I know that this is not a golf match, nevertheless, with the OP "this is what I would write in Python in real life" (eliding the module import) being:

  counts = collections.Counter()
  for line in sys.stdin:
    words = line.lower().split()
    counts.update(words)

  for word, count in counts.most_common():
    print(word, count)

I can't but resist to say what I would write in raku in "real life" (all in standard lib btw)...

  sub MAIN($in) {
    say $in.words>>.lc.Bag.sort(-*.value);
  }

This is Unicode safe and (imho) gives a good reflection that (i) raku is very good for whipping up string oriented 'one-liners' in functional stylee, (ii) that built in Set datatypes such as Bag are quite handy and (iii) that often a one-liner is better for expressing the coders' intent than a prosaic multi-line 'soup'.

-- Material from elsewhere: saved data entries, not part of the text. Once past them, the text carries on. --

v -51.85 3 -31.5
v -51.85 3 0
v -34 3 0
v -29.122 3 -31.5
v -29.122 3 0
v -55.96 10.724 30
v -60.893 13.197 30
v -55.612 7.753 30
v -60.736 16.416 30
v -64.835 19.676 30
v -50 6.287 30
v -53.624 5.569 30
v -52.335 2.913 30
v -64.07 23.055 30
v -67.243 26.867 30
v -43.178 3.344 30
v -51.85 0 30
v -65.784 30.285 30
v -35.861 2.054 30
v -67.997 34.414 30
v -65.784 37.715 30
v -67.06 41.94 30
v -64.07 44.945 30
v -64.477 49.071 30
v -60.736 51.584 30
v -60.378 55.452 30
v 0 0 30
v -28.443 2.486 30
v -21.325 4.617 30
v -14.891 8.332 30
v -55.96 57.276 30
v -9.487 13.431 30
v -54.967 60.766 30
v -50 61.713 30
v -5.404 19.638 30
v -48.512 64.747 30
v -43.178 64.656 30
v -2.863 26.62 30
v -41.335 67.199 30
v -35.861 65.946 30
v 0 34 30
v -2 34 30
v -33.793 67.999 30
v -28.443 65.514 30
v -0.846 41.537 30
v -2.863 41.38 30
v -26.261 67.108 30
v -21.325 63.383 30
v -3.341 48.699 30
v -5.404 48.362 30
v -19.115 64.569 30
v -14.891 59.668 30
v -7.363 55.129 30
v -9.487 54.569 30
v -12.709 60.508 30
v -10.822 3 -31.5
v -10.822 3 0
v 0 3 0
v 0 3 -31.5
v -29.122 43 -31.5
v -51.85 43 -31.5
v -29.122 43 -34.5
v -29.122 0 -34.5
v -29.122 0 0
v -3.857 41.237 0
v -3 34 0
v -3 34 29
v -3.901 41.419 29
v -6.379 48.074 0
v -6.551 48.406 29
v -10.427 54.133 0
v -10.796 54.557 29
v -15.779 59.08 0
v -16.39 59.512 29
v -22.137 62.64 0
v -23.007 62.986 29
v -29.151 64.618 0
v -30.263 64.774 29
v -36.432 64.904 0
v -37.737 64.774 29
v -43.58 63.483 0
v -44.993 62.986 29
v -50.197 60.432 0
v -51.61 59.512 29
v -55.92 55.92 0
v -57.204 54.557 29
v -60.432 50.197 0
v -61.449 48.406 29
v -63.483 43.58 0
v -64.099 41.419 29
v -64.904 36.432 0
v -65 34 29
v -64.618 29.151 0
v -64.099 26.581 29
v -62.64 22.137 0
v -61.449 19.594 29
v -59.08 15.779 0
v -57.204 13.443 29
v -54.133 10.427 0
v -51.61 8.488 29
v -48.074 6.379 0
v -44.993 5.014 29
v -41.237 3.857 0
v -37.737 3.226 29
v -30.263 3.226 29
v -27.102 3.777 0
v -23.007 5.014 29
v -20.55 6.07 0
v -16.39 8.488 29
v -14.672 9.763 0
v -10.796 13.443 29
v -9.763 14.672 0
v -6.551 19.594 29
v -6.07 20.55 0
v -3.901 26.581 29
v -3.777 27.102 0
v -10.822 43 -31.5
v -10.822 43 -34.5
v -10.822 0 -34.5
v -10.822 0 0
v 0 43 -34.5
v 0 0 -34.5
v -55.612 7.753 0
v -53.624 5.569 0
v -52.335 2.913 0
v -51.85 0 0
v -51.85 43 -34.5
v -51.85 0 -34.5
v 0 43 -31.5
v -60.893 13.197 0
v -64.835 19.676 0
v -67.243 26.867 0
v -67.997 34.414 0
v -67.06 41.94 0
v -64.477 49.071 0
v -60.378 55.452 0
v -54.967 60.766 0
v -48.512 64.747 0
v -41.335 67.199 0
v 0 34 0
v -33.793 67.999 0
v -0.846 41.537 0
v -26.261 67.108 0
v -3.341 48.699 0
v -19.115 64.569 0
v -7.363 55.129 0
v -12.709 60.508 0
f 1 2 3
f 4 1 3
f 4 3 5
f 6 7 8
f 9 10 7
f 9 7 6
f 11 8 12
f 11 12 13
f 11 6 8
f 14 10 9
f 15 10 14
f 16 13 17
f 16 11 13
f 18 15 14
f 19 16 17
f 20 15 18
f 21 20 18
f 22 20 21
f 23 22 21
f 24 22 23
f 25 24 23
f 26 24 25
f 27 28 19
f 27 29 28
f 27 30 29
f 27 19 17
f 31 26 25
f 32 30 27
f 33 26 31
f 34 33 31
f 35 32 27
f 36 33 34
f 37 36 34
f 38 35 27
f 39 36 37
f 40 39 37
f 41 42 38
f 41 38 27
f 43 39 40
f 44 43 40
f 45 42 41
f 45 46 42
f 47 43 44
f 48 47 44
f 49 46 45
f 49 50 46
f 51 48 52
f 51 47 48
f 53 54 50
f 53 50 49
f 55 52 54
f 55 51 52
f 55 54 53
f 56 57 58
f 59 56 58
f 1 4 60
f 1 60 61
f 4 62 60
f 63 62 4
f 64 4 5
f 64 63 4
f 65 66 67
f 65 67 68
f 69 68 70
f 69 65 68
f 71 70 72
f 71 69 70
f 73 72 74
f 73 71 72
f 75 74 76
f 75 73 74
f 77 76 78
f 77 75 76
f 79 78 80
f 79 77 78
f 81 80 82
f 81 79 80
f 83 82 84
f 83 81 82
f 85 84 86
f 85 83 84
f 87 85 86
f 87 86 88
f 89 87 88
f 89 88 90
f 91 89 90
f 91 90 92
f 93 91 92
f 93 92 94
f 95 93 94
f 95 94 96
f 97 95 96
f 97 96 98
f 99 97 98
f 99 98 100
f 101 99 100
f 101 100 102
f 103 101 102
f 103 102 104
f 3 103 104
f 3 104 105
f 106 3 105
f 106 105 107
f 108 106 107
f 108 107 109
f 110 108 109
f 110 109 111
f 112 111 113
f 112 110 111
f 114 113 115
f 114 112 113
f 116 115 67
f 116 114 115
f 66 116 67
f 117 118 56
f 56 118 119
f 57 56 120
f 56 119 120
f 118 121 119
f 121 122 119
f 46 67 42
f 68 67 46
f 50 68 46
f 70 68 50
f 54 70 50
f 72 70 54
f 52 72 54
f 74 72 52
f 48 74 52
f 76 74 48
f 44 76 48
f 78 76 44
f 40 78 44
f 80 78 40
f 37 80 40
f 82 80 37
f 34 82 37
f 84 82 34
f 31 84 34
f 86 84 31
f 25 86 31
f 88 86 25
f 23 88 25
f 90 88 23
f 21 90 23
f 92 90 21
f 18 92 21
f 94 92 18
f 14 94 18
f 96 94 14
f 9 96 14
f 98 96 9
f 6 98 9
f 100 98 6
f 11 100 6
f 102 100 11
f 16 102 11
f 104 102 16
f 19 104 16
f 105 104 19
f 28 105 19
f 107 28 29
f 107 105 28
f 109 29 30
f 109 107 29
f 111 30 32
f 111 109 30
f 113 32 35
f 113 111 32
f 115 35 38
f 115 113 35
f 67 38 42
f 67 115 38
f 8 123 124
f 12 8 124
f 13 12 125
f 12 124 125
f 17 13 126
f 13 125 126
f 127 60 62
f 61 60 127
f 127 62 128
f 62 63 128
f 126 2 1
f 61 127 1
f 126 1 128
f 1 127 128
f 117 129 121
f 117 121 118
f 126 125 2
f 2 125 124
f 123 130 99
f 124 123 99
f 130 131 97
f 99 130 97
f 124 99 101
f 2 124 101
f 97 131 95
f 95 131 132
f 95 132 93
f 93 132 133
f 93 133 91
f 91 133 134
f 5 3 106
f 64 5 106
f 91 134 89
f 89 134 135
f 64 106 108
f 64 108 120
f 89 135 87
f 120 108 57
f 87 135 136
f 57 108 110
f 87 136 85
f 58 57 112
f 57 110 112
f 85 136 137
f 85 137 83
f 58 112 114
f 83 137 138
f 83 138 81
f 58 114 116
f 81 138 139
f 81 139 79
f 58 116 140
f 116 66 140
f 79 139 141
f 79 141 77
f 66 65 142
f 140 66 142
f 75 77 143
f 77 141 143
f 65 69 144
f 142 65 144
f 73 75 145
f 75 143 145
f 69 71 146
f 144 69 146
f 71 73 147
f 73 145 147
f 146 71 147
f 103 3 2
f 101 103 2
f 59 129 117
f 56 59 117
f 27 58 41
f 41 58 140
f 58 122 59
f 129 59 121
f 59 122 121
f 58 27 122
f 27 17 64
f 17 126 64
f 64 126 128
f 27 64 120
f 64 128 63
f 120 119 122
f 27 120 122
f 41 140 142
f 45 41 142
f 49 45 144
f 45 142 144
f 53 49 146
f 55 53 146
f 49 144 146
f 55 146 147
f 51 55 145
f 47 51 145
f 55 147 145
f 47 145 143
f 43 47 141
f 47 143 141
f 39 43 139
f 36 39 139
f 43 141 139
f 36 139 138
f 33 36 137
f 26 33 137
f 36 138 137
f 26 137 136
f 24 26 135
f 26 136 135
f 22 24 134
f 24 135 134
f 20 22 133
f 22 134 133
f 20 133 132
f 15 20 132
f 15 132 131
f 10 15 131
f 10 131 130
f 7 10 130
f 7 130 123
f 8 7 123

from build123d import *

# Parameters (mm, degrees)
F0_R        = 31
F1_DEPTH    = 3
F2_W        = 22.7279674787
F2_H        = 3
F2_W_2      = 10.8224550456
F3_DEPTH    = 34.5
F4_W        = 10.8224550456
F4_H        = 3
F5_DEPTH    = 40
F6_W        = 22.7279674787
F6_H        = 3
F7_DEPTH    = 40
F8_DEPTH    = 27
F9_T1_DEPTH = 30
F10_SIZE    = 1


# Not quite as in the source:
# - a fillet or chamfer that OpenCascade refuses, or shapes differently, is made with other operations: its cross-section is extruded or revolved along the edge and cut away or added


with BuildPart() as f1:
    # F0 (on Top) → F1 (new body)
    with BuildSketch(Plane.XY):
        with BuildLine():
            ThreePointArc((-34, 0), (-9.9583694397, 9.9583694397), (0, 34))
            ThreePointArc((0, 34), (-50.5693336344, 63.6893446023), (-51.8504225243, 5.0627849352))
            ThreePointArc((-51.8504225243, 5.0627849352), (-43.2772487246, 1.2901749301), (-34, 0))
        make_face()
        with Locations((-34, 34)):
            Circle(F0_R, mode=Mode.SUBTRACT)
        with BuildLine():
            ThreePointArc((-34, 0), (-43.2772487246, 1.2901749301), (-51.8504225243, 5.0627849352))
            Line((-51.8504225243, 5.0627849352), (-51.8504225243, 0))
            Line((-51.8504225243, 0), (-34, 0))
        make_face()
        with BuildLine():
            Line((0, 0), (0, 34))
            ThreePointArc((0, 34), (-9.9583694397, 9.9583694397), (-34, 0))
            Line((-34, 0), (0, 0))
        make_face()
    extrude(amount=F1_DEPTH)

    # F2 (on face) → F3 (join)
    with BuildSketch(Plane(origin=(0, 0, 0), x_dir=(1, 0, 0), z_dir=(0, 0, -1))):
        with Locations((-40.4864387849, -1.5)):
            Rectangle(F2_W, F2_H)
        with Locations((-5.4112275228, -1.5)):
            Rectangle(F2_W_2, F2_H)
    extrude(amount=F3_DEPTH)

    # F4 (on face) → F5 (join)
    with BuildSketch(Plane(origin=(0, 3, 0), x_dir=(-1, 0, 0), z_dir=(0, 1, 0))):
        with Locations((5.4112275228, -33)):
            Rectangle(F4_W, F4_H)
    extrude(amount=F5_DEPTH)

    # F6 (on face) → F7 (join)
    with BuildSketch(Plane(origin=(0, 3, 0), x_dir=(-1, 0, 0), z_dir=(0, 1, 0))):
        with Locations((40.4864387849, -33)):
            Rectangle(F6_W, F6_H)
    extrude(amount=F7_DEPTH)

    # F8 (add): a face of the model
    f8_faces = [f1.faces().sort_by_distance(p)[0] for p in [
        (-50.1006821075, 62.8496031264, 3),
    ]]
    extrude(f8_faces, amount=F8_DEPTH)

    # F9: fillet of radius 10.3311475389 on 1 edges, made by hand

    # F9_s2 → F9_t1 (join)
    with BuildSketch(Plane.XY):
        with BuildLine():
            ThreePointArc((-55.6121599632, 7.7528184042), (-52.8843757474, 4.2873402421), (-51.8504225243, 0))
            Line((-51.8504225243, 0), (-51.8504225243, 5.0627849352))
            ThreePointArc((-51.8504225243, 5.0627849352), (-53.7770807796, 6.3437696741), (-55.6121599632, 7.7528184042))
        make_face()
    extrude(amount=F9_T1_DEPTH)

    # F10
    f10_edges = [f1.edges().sort_by_distance(p)[0] for p in [
        (-65, 34, 30),
    ]]
    chamfer(f10_edges, length=F10_SIZE)


solid = f1.part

I don’t know how the Swift program was compiled, but on my computer I get 2.64 (w/ normalization of my actual results to take CPU diff into account)…


This article is from 2021 - before they started the Foundation rewrite.

If you are using an up-to-date Swift compiler, it has at least some of that rewrite code. Also, your computer may be faster than his?


I took the CPU difference into account by comparing w/ the rest of the bench that I ran locally.

The 2021 is probably the answer!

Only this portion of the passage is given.